Family medicine #7

 

HY lecture notes:

Stress incontinence

Answer = “laxity of pelvic floor muscles” or “downward mobility of vesicourethral junction.” USMLE will have “urethral prolapse” as a distractor answer choice re the latter descriptor.

Weakened pelvic floor muscles resulting in loss of urine with increased abdominal pressure (coughing, sneezing, laughing) –> Hx of multiple pregnancies classic, but often too easy of a descriptor and they won’t say that –> they’ll say there’s “downward movement of the vesicourethral junction with coughing”; next best step in Mx? –> pelvic floor (Kegel) exercises –> if ineffective, do mid-urethral sling; do not give medications for stress incontinence (HY!).

USMLE might ask you which muscle is not strengthened by Kegel exercises –> student then proceeds to have two thoughts: 1) “wtf, I’m supposed to know Kegel exercises at that high level of detail?” and 2) couldn’t any muscle not be strengthened by Kegel exercises; I mean, the deltoid wouldn’t be for instance.” –> answer to this Q = internal anal sphincter –> even if you have zero clue about Kegel exercises, bear in mind internal sphincters (urethral + anal) are under sympathetic control – i.e., you can’t voluntarily strengthen a muscle not under somatic (voluntary) control; in case you’re curious though, Kegels strengthen levator ani (which comprises pubococcygeus, puborectalis, and iliococcygeus).

Urge incontinence

Answer = “hyperactive detrusor,” or “detrusor instability” –> needs to run to the bathroom when sticking a key in the front door; needs to run to bathroom when opening car door; answer in multiple sclerosis + perimenopausal state (part of vasomotor Sx); can be idiopathic; answer = give oxybutynin (anti-muscarinic) or mirabegron (beta-3 agonist); once again, do not give these drugs in stress incontinence.

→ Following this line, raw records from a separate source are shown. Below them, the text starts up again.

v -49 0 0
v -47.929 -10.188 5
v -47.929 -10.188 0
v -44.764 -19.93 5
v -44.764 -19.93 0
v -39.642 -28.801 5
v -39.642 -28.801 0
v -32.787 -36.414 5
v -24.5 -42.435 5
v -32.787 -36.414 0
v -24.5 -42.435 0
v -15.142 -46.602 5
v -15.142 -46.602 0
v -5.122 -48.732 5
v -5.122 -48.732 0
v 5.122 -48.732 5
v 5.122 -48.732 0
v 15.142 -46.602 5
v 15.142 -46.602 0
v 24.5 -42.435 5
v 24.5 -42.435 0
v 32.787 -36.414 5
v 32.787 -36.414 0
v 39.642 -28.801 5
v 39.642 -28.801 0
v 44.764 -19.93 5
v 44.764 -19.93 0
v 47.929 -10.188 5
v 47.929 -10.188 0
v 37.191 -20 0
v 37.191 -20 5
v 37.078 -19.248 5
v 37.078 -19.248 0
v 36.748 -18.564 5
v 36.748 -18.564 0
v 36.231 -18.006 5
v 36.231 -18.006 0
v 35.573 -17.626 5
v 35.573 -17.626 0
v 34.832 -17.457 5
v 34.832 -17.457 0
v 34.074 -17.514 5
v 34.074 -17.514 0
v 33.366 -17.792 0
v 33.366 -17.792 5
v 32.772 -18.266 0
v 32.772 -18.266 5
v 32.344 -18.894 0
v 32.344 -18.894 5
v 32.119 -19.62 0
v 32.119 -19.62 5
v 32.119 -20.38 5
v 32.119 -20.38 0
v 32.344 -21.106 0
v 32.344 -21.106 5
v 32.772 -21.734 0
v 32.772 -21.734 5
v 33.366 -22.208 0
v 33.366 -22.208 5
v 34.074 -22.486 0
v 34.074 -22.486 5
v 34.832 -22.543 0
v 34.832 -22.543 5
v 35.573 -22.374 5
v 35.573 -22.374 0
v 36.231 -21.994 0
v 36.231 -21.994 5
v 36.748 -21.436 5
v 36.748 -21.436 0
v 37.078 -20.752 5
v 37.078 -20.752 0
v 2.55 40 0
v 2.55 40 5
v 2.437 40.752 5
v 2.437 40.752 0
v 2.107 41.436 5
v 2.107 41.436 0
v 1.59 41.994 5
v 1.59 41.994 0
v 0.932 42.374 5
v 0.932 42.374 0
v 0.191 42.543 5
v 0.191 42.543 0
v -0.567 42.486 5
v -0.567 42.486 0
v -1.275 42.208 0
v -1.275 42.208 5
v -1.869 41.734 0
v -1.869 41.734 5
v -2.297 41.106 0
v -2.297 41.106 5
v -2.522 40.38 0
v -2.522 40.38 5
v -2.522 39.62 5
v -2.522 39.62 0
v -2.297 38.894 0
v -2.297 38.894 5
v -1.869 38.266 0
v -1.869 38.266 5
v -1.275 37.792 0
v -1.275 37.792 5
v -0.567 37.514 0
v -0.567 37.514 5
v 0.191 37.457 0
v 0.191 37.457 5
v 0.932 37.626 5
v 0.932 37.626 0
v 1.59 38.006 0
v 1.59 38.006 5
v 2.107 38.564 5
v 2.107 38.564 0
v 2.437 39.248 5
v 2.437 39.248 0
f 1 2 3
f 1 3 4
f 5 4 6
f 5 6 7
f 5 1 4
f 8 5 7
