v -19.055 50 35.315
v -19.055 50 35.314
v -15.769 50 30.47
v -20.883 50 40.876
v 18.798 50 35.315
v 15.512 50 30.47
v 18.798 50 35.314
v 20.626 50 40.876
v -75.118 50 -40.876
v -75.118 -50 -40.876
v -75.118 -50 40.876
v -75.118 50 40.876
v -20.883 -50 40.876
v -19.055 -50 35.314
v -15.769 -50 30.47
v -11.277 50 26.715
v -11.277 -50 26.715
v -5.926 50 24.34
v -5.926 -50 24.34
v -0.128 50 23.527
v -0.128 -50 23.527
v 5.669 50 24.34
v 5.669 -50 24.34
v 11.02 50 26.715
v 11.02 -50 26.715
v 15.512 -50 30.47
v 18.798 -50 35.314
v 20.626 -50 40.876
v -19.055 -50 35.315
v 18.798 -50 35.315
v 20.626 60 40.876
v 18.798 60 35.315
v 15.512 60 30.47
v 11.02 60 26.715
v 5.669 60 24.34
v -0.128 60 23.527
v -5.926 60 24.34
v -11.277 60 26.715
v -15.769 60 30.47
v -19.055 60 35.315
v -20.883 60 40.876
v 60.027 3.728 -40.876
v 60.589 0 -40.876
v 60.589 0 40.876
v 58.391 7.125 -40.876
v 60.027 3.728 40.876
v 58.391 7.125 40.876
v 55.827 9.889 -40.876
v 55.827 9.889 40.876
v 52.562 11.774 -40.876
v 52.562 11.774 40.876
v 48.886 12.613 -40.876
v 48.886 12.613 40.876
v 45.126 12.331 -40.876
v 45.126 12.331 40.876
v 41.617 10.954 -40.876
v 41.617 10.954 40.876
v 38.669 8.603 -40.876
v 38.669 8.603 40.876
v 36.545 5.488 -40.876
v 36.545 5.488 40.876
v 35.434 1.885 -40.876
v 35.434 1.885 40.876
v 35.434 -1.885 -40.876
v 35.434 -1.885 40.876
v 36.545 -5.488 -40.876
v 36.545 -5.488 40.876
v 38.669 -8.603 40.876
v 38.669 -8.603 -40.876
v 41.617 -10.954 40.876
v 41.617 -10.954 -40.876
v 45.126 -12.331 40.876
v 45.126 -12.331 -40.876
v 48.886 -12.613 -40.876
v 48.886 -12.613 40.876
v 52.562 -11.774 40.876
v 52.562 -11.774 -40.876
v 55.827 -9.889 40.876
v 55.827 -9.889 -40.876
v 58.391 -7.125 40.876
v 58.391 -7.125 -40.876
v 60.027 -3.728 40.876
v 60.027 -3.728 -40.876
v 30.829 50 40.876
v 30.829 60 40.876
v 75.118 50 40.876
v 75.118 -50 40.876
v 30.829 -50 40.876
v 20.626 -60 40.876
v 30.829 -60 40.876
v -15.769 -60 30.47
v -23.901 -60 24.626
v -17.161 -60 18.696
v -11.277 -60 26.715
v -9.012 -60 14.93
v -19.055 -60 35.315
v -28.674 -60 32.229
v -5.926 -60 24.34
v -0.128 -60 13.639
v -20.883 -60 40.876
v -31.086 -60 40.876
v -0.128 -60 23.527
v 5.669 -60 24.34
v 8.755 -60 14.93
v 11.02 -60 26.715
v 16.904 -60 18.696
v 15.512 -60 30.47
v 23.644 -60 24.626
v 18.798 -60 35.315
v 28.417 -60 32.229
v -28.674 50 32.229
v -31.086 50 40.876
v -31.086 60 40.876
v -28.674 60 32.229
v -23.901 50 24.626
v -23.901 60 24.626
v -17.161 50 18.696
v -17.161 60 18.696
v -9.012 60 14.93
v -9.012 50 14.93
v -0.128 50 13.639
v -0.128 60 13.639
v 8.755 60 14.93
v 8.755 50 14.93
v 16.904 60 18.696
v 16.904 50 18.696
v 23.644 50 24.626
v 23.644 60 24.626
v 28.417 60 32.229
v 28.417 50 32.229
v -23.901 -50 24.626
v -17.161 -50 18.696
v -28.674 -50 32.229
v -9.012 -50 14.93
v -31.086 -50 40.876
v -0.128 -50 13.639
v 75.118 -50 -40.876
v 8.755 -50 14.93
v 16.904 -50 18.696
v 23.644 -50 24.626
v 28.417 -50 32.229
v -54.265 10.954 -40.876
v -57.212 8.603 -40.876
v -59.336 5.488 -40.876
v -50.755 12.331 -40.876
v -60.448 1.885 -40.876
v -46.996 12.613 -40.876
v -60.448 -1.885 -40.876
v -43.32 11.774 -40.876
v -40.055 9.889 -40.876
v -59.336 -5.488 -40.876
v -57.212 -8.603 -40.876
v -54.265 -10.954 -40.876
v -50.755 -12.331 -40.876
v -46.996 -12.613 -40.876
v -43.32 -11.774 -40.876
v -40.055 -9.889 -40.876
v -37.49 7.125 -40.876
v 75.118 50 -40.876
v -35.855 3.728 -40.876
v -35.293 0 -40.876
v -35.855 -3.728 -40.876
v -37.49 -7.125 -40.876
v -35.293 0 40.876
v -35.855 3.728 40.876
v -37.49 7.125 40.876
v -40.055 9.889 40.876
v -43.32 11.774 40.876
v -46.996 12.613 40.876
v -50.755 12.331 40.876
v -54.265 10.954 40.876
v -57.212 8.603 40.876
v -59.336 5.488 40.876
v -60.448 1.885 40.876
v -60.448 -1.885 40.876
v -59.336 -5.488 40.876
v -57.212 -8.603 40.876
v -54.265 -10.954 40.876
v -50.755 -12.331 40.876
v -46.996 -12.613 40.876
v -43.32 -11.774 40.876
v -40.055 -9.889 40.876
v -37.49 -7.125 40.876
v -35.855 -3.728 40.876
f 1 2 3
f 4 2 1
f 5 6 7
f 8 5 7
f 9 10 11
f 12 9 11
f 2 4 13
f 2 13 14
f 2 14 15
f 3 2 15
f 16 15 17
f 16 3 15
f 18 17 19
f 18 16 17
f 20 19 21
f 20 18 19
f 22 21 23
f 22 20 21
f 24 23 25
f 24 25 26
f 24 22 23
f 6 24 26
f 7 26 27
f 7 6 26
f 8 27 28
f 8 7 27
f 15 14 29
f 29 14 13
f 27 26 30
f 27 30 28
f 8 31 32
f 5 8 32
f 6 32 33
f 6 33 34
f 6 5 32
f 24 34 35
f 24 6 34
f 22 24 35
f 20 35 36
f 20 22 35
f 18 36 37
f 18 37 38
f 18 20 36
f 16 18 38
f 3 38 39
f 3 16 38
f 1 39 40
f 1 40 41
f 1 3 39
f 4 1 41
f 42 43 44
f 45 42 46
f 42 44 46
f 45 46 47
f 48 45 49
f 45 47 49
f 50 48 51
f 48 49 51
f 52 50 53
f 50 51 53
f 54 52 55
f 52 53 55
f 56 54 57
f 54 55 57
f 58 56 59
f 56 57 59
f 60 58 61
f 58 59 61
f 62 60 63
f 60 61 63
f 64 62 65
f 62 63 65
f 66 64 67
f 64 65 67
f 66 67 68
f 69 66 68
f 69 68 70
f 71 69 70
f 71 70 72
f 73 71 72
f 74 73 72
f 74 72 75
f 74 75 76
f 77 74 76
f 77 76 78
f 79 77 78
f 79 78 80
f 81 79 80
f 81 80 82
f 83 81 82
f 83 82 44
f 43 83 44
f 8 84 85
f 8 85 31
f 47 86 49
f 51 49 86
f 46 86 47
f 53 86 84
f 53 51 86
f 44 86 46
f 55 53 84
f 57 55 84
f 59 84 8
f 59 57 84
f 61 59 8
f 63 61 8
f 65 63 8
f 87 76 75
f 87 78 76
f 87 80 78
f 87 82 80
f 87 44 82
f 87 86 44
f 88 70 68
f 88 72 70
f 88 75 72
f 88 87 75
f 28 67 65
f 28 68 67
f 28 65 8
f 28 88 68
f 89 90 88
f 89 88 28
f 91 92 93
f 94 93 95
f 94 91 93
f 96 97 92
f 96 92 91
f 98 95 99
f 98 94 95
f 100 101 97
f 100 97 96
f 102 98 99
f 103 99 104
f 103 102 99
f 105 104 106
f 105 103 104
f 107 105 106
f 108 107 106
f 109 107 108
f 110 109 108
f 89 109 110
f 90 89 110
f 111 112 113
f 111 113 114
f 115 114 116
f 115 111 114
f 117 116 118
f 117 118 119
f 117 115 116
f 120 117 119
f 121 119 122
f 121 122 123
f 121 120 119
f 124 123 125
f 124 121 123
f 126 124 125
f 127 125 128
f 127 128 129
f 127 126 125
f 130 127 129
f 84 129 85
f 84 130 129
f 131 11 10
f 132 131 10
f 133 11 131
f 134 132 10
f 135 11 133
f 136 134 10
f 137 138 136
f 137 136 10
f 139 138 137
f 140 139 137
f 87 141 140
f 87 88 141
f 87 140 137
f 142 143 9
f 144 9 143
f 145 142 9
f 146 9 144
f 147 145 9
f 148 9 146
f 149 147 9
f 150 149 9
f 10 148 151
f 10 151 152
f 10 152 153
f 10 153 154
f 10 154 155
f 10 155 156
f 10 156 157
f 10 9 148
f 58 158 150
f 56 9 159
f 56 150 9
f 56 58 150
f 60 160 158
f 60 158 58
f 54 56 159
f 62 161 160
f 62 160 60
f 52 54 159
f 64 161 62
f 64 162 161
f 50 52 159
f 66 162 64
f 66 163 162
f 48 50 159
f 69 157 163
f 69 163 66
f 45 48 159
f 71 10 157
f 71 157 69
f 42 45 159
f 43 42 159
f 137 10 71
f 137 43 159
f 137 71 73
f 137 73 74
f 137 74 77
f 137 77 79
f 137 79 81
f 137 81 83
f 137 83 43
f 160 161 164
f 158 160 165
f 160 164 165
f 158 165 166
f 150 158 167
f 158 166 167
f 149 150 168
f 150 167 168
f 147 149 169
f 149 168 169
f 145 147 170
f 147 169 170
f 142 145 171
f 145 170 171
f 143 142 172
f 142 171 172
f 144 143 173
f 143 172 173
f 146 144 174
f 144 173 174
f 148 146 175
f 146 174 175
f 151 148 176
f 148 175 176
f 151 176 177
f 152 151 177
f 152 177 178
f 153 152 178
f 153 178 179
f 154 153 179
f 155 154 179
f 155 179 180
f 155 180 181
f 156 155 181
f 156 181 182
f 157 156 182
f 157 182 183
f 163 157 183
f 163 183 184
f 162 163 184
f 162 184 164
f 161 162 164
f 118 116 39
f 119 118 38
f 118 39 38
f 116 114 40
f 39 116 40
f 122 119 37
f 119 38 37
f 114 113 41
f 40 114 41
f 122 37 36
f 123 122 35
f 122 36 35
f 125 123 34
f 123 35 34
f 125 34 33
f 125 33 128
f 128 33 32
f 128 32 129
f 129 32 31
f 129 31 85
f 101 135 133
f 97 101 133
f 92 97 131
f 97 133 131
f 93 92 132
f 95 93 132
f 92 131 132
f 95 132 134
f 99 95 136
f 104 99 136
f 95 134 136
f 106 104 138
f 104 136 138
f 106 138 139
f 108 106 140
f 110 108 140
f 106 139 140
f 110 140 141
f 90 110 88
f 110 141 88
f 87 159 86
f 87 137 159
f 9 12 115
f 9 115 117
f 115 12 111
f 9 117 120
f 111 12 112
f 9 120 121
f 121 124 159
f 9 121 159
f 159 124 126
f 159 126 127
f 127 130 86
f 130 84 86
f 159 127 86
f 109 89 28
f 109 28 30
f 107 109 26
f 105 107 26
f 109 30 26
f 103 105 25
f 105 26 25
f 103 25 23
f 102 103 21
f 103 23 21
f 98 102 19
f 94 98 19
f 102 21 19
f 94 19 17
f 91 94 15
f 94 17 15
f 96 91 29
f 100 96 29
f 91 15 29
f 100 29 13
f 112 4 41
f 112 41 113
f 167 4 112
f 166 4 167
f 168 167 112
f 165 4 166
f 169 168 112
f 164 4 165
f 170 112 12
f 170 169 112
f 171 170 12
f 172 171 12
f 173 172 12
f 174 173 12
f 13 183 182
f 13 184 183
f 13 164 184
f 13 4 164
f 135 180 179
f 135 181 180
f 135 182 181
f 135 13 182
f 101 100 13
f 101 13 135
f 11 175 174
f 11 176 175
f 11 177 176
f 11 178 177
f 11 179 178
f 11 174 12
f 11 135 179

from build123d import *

# Parameters (mm, degrees)
F0_W     = 150.236324
F0_H     = 81.752524
F1_DEPTH = 50
F3_DEPTH = 166
F5_DEPTH = 10
F7_R     = 12.648051
F7_R_2   = 12.64805
F8_DEPTH = 89.9


with BuildPart() as f1:
    # F0 (on Front) → F1 (new body)
    with BuildSketch(Plane.XZ):
        Rectangle(F0_W, F0_H)
    extrude(amount=F1_DEPTH)

    # F2 (on face) → F3 (cut)
    with BuildSketch(Plane.XZ.offset(50)):
        with BuildLine():
            Line((20.626348, 40.876262), (-20.883331, 40.876262))
            ThreePointArc((-20.883331, 40.876262), (-0.128492, 23.526994), (20.626348, 40.876262))
        make_face()
    extrude(amount=-F3_DEPTH, mode=Mode.SUBTRACT)

    # F4 (on face) → F5 (join)
    with BuildSketch(Plane.XZ.offset(50)):
        with BuildLine():
            ThreePointArc((20.626348, 40.876262), (-0.128492, 23.527007), (-20.883331, 40.876262))
            Line((-20.883331, 40.876262), (-31.085527, 40.876262))
            ThreePointArc((-31.085527, 40.876262), (-0.12849, 13.638671), (30.828548, 40.876262))
            Line((30.828548, 40.876262), (20.626348, 40.876262))
        make_face()
    extrude(amount=F5_DEPTH)

    # F6: F1 across face


with BuildPart() as f1_1:
    add(f1.part)
    add(f1.part.mirror(Plane(origin=(0.005929, 0, -1.550904), x_dir=(1, 0, 0), z_dir=(0, 1, 0))))

    # F7 (on face) → F8 (cut)
    with BuildSketch(Plane.XY.offset(40.876262)):
        with Locations((-47.940791, 0)):
            Circle(F7_R)
        with Locations((47.94079, 0)):
            Circle(F7_R_2)
    extrude(amount=-F8_DEPTH, mode=Mode.SUBTRACT)


solid = f1_1.part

Overflow incontinence (neurogenic bladder)

Answer = “hypoactive detrusor” in both diabetes and BPH; sometimes for BPH the answer will be “bladder outlet obstruction.” In diabetes, neurogenic bladder is caused by myelin damage from sorbitol (glucose enters myelin, causing osmotic damage), leading to detrusor denervation; in BPH, merely due to outlet obstruction –> leads to detrusor burnout; in overflow incontinence, postvoid volume is high (i.e., 300-400 mL in USMLE Qs); normal should be <50-75 mL; for diabetic bladder, answer = bethanecol (muscarinic agonist); for BPH, insert catheter first always.

Summary tidbits:

82M + dribbling, hesitancy, interruption of urinary stream + suprapubic mass (bladder) + bacteria in the urine –> answer = insert catheter first, not antibiotics.

Hx of many pregnancies + downward movement of vesicourethral junction –> stress incontinence.

Tx of stress incontinence –> pelvic floor exercises (Kegel); if ineffective –> mid-urethral sling.

“Hyperactive detrusor” or “detrusor instability” –> urge incontinence.

Needs to run to bathroom when sticking key in the door –> urge incontinence.

Incontinence in multiple sclerosis patient or perimenopausal –> urge incontinence.

Tx of urge incontinence –> oxybutynin (muscarinic cholinergic receptor antagonist) or mirabegron (beta-3 receptor agonist).

Incontinence + high post-void volume (usually 3-400 in question; normal is <50 mL) –> overflow incontinence.

Incontinence in diabetes –> overflow incontinence due to neurogenic bladder.

Tx for overflow incontinence in diabetes –> bethanacol (muscarinic cholinergic receptor agonist).

Incontinence in BPH –> overflow incontinence due to outlet obstruction –> eventual neurogenic bladder.

Tx for overflow incontinence in BPH –> insert catheter first; if bacteriuria, give Abx after the catheter is inserted –> manage BPH with alpha-1 blocker  (e.g., tamsulosin) or 5-alpha-reductase inhibitor (finasteride, then TURP if necessary.